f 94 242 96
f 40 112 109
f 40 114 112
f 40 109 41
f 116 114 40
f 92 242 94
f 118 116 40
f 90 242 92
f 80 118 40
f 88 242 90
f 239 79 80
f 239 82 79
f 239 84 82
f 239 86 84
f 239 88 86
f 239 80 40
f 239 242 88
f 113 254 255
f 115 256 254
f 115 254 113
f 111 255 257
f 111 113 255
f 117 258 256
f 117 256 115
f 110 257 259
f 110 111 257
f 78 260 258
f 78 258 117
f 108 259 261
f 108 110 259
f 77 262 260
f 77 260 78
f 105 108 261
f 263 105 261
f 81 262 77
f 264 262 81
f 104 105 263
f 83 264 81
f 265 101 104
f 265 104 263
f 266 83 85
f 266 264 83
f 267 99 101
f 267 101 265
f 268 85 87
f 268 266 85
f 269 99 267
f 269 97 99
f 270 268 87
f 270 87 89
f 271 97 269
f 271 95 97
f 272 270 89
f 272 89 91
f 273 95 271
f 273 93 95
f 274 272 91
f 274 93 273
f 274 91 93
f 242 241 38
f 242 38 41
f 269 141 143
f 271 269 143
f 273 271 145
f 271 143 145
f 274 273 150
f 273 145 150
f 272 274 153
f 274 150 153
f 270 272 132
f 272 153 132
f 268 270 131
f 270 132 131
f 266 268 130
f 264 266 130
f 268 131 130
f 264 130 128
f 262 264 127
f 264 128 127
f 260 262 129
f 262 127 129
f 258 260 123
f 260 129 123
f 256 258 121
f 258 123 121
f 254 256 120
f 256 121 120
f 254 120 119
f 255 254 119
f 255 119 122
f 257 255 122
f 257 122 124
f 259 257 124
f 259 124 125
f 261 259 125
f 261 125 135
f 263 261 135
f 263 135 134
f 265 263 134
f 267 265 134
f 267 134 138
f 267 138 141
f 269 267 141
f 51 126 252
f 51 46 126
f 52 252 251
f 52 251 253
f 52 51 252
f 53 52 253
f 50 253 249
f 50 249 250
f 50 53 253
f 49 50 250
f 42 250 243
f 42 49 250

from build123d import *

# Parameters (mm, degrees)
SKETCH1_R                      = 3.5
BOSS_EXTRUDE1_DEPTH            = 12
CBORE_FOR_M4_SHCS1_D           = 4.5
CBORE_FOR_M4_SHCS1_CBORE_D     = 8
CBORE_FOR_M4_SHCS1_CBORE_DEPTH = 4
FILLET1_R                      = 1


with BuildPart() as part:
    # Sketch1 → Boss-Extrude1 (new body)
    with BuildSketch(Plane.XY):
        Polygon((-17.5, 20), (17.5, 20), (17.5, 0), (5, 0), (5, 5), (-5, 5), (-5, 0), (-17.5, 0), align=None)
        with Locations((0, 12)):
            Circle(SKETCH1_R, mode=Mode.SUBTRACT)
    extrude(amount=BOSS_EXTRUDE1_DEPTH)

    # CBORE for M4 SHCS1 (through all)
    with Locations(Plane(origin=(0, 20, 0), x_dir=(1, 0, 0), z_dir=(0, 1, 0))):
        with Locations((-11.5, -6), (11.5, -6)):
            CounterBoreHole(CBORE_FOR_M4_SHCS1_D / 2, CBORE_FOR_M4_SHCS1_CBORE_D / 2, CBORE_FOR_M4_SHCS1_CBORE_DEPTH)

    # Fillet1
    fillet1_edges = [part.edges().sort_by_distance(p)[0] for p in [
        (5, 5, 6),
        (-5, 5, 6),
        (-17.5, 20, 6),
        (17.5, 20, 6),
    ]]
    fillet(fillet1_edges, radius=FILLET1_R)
★ ★ ★ ★
If a line in the material above holds "part", copy it.

EXERCISE ANSWER:
with BuildPart() as part:
    fillet1_edges = [part.edges().sort_by_distance(p)[0] for p in [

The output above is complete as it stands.